━━━ Source material
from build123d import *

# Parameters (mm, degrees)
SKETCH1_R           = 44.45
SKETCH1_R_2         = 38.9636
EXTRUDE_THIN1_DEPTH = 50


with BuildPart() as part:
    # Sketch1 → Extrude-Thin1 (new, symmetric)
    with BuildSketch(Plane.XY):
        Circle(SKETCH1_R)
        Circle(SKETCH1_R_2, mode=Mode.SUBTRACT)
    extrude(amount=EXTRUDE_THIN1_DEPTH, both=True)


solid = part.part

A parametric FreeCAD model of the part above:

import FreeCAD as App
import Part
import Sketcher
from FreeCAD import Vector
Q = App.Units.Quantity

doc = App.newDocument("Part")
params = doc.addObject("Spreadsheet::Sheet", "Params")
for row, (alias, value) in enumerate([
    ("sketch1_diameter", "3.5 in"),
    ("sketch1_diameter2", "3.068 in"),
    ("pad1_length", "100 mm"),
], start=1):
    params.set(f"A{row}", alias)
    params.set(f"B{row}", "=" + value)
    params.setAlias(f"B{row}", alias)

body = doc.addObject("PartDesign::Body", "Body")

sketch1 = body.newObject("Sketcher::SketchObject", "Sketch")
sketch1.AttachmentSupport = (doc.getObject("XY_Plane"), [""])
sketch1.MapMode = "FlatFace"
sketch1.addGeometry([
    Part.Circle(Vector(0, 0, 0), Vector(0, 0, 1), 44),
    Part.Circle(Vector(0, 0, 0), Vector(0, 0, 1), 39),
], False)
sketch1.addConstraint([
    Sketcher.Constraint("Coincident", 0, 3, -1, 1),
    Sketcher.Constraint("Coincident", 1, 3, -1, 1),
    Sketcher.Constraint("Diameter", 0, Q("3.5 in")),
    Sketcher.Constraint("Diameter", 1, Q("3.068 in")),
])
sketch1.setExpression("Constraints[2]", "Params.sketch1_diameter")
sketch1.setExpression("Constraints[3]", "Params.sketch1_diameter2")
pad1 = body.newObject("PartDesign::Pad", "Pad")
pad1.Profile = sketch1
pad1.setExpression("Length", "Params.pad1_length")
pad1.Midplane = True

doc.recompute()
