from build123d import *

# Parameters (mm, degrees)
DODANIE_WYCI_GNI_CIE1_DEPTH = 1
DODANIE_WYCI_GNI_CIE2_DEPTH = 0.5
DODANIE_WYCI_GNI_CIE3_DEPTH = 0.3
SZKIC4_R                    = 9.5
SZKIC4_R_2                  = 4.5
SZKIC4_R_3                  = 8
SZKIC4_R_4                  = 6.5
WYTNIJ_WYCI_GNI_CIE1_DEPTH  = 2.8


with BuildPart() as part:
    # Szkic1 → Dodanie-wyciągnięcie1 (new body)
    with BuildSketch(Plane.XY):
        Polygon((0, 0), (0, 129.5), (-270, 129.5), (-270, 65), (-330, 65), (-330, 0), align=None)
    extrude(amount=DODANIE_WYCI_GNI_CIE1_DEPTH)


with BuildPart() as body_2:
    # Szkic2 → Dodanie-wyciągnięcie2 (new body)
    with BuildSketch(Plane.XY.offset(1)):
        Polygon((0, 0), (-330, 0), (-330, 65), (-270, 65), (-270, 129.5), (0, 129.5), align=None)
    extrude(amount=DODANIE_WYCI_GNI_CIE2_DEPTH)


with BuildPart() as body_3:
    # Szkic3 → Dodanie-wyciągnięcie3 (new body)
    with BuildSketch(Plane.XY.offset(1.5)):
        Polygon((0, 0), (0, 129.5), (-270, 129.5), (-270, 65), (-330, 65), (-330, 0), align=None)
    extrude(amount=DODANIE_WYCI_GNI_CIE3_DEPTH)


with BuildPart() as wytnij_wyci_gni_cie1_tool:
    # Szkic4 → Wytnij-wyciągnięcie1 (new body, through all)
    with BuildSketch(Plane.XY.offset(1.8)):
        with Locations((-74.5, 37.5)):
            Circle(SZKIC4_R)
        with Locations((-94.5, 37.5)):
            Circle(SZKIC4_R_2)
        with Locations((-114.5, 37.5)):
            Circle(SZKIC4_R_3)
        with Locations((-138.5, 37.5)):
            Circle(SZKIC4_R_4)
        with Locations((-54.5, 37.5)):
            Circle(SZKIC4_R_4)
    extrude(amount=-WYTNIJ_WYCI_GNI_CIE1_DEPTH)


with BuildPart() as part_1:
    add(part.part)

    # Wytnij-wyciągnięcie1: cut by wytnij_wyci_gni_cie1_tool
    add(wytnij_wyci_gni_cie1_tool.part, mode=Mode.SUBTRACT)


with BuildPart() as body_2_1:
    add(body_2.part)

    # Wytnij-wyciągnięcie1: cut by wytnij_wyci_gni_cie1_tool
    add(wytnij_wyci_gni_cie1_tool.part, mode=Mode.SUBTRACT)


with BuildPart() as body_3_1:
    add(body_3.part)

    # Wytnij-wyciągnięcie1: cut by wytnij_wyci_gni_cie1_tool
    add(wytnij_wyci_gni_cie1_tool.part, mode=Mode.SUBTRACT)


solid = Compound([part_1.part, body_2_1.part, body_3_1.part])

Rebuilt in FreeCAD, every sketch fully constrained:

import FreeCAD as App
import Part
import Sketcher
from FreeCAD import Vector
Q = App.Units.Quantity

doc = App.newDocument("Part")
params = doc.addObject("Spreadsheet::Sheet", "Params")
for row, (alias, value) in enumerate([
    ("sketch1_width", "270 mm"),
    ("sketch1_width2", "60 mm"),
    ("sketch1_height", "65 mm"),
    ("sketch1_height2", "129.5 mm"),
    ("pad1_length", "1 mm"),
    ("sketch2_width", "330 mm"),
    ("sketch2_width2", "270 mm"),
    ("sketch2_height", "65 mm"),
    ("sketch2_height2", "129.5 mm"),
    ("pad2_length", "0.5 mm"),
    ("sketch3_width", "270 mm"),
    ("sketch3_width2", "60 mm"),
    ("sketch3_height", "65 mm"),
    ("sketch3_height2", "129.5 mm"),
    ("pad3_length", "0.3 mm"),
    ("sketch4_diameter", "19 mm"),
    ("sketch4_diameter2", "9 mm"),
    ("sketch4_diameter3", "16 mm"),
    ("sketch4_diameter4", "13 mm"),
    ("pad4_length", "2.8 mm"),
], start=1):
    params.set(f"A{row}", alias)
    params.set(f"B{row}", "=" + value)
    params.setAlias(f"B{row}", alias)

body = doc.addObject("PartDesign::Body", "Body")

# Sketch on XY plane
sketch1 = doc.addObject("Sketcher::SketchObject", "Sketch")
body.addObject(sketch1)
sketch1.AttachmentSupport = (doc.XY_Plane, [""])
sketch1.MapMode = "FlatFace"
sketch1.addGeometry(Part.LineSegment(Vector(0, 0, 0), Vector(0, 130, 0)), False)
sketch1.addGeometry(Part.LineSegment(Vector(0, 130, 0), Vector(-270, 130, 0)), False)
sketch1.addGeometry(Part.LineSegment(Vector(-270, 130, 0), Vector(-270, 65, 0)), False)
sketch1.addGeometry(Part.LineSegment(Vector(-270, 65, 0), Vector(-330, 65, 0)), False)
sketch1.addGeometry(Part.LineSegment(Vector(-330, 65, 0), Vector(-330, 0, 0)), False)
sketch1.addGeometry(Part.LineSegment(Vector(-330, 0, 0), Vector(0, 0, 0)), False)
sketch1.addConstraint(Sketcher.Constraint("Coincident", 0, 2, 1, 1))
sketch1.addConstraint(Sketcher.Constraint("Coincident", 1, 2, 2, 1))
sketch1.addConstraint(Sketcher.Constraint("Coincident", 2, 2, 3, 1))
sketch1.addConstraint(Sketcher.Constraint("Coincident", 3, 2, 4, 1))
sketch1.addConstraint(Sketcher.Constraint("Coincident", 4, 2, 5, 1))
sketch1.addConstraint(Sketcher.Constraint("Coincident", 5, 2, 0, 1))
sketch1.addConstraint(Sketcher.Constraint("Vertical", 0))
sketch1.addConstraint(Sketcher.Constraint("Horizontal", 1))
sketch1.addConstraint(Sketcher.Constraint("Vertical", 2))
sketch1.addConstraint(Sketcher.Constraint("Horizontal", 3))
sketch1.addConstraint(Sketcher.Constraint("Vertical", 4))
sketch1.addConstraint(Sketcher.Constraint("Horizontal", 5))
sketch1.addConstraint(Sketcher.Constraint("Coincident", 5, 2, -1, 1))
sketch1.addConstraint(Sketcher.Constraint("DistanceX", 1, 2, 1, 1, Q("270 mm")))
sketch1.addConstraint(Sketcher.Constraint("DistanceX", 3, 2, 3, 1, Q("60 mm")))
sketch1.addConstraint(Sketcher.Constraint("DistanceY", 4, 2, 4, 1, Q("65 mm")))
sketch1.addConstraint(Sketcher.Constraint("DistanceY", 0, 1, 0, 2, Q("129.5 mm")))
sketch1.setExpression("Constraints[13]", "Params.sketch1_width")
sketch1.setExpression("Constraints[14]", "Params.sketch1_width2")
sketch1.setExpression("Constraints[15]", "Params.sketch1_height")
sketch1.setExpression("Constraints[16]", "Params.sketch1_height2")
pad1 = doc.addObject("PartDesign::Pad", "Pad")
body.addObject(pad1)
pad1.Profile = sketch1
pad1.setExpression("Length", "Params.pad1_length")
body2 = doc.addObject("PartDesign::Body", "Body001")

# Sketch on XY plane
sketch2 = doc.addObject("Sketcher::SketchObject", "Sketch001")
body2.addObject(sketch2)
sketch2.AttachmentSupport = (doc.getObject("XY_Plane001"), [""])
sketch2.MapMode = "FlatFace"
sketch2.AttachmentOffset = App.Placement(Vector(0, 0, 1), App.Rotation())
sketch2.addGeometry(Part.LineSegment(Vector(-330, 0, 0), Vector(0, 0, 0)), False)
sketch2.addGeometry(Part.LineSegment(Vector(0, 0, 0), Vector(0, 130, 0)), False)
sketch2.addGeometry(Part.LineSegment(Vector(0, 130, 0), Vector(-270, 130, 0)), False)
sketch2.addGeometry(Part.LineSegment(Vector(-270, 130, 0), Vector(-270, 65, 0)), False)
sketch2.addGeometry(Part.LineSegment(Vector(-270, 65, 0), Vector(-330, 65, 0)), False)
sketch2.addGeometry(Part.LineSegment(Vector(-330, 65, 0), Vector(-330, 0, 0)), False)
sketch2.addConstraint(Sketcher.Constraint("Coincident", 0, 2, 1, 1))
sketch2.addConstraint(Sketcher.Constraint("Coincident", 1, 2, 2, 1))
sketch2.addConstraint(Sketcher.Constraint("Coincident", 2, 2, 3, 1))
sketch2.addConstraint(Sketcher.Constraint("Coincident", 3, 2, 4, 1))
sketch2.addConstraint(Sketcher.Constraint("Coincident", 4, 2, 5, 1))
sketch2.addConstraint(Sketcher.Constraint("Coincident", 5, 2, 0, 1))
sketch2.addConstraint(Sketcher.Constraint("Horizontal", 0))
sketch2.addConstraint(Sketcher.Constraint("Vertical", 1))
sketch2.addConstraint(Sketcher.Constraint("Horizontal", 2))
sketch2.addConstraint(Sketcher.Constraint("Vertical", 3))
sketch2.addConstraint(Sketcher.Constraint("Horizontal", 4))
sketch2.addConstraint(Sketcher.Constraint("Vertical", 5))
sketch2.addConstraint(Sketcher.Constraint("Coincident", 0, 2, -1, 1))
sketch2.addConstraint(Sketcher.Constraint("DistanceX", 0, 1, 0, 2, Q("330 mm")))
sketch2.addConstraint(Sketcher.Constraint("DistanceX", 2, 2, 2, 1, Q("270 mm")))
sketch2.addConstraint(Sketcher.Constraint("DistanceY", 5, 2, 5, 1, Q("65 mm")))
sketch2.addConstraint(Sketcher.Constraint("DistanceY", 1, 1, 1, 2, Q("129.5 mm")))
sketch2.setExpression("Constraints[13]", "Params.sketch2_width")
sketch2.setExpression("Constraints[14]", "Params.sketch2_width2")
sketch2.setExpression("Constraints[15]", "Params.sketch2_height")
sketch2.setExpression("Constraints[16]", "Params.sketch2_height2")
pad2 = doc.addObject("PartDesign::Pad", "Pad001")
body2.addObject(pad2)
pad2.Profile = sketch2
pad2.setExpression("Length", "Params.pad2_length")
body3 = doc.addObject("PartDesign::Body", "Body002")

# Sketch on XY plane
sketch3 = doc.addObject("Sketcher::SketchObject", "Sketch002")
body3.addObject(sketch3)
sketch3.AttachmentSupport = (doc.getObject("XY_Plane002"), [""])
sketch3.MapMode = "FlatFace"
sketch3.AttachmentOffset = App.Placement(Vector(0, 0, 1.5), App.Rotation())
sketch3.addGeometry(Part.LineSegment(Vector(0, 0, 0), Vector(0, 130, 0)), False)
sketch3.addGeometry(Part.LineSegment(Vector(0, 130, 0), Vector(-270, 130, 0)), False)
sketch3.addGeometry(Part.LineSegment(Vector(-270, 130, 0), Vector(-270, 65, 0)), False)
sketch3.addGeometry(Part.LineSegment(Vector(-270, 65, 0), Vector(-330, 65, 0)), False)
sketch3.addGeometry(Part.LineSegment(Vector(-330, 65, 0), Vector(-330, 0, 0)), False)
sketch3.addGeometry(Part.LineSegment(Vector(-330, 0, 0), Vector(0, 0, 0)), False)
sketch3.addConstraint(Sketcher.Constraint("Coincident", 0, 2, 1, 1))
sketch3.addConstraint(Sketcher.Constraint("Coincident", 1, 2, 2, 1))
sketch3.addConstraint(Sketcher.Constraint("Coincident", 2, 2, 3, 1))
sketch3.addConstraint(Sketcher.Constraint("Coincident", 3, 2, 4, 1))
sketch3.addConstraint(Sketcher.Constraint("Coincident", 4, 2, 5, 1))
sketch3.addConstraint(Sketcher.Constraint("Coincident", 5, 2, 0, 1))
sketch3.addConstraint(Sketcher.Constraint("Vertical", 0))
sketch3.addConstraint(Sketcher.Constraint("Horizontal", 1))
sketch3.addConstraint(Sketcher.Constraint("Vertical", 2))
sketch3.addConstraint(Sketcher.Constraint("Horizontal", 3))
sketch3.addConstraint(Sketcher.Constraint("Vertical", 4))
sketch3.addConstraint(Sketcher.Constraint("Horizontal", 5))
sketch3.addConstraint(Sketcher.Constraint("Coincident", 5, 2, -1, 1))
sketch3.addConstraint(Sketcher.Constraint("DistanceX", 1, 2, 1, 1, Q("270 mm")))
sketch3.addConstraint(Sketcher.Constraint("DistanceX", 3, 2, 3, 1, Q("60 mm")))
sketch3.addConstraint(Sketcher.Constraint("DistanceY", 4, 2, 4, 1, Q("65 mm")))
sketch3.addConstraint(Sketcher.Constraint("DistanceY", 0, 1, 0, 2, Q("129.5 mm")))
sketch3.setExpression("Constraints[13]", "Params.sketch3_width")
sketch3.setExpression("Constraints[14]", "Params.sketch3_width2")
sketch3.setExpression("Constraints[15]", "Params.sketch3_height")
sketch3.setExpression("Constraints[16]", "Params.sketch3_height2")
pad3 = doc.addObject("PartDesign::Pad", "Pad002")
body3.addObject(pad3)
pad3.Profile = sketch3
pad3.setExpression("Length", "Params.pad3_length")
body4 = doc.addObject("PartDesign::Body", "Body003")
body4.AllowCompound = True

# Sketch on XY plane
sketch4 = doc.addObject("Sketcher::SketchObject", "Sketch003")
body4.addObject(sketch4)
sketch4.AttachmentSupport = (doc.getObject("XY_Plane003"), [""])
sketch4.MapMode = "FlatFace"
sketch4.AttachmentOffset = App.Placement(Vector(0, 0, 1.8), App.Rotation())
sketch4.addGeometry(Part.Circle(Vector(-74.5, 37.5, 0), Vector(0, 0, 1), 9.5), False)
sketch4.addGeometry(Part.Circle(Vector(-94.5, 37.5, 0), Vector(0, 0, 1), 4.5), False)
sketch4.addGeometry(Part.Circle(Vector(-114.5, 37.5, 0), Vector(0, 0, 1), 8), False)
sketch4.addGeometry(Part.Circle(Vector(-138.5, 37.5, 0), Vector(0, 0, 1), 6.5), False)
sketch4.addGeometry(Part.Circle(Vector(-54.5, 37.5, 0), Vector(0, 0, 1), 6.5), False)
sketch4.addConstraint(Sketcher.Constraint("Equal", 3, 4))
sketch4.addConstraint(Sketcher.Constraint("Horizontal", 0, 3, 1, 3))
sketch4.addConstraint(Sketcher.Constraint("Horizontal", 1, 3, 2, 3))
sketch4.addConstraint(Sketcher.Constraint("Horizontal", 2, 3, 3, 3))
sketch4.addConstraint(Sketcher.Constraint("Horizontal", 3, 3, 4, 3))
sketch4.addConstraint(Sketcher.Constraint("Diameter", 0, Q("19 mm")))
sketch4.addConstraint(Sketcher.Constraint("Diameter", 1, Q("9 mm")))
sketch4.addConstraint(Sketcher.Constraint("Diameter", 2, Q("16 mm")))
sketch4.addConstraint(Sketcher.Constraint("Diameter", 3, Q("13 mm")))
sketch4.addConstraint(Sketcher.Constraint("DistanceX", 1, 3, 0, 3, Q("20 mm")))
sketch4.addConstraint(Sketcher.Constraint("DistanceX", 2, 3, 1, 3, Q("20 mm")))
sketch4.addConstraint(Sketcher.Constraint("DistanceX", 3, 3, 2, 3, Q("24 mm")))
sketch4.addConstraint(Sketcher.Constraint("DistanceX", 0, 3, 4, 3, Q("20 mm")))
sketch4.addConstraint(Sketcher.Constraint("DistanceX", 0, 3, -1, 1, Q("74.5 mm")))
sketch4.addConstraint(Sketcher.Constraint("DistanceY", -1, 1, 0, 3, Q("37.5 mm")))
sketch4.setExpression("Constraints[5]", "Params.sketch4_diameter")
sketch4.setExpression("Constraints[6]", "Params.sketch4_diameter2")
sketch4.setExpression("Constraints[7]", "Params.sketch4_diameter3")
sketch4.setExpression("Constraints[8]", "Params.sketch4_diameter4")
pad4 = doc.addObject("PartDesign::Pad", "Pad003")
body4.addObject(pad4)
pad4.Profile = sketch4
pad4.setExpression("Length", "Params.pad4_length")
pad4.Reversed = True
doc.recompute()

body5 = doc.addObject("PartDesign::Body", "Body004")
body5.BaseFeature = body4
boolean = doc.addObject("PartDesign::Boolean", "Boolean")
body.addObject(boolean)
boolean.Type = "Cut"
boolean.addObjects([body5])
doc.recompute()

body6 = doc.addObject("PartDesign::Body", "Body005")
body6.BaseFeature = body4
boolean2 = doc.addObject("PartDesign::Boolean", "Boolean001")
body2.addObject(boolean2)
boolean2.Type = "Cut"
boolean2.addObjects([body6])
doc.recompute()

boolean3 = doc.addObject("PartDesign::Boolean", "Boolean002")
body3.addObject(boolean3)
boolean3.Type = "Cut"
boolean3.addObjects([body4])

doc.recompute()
━━━━━━
◆ **Problem description**
Taking the records from the top, repeat each line exactly until you have repeated the line that contains "A parametric FreeCAD".

◆ **Response area**
from build123d import *

# Parameters (mm, degrees)
SKETCH1_R           = 44.45
SKETCH1_R_2         = 38.9636
EXTRUDE_THIN1_DEPTH = 50


with BuildPart() as part:
    # Sketch1 → Extrude-Thin1 (new, symmetric)
    with BuildSketch(Plane.XY):
        Circle(SKETCH1_R)
        Circle(SKETCH1_R_2, mode=Mode.SUBTRACT)
    extrude(amount=EXTRUDE_THIN1_DEPTH, both=True)


solid = part.part

A parametric FreeCAD model of the part above:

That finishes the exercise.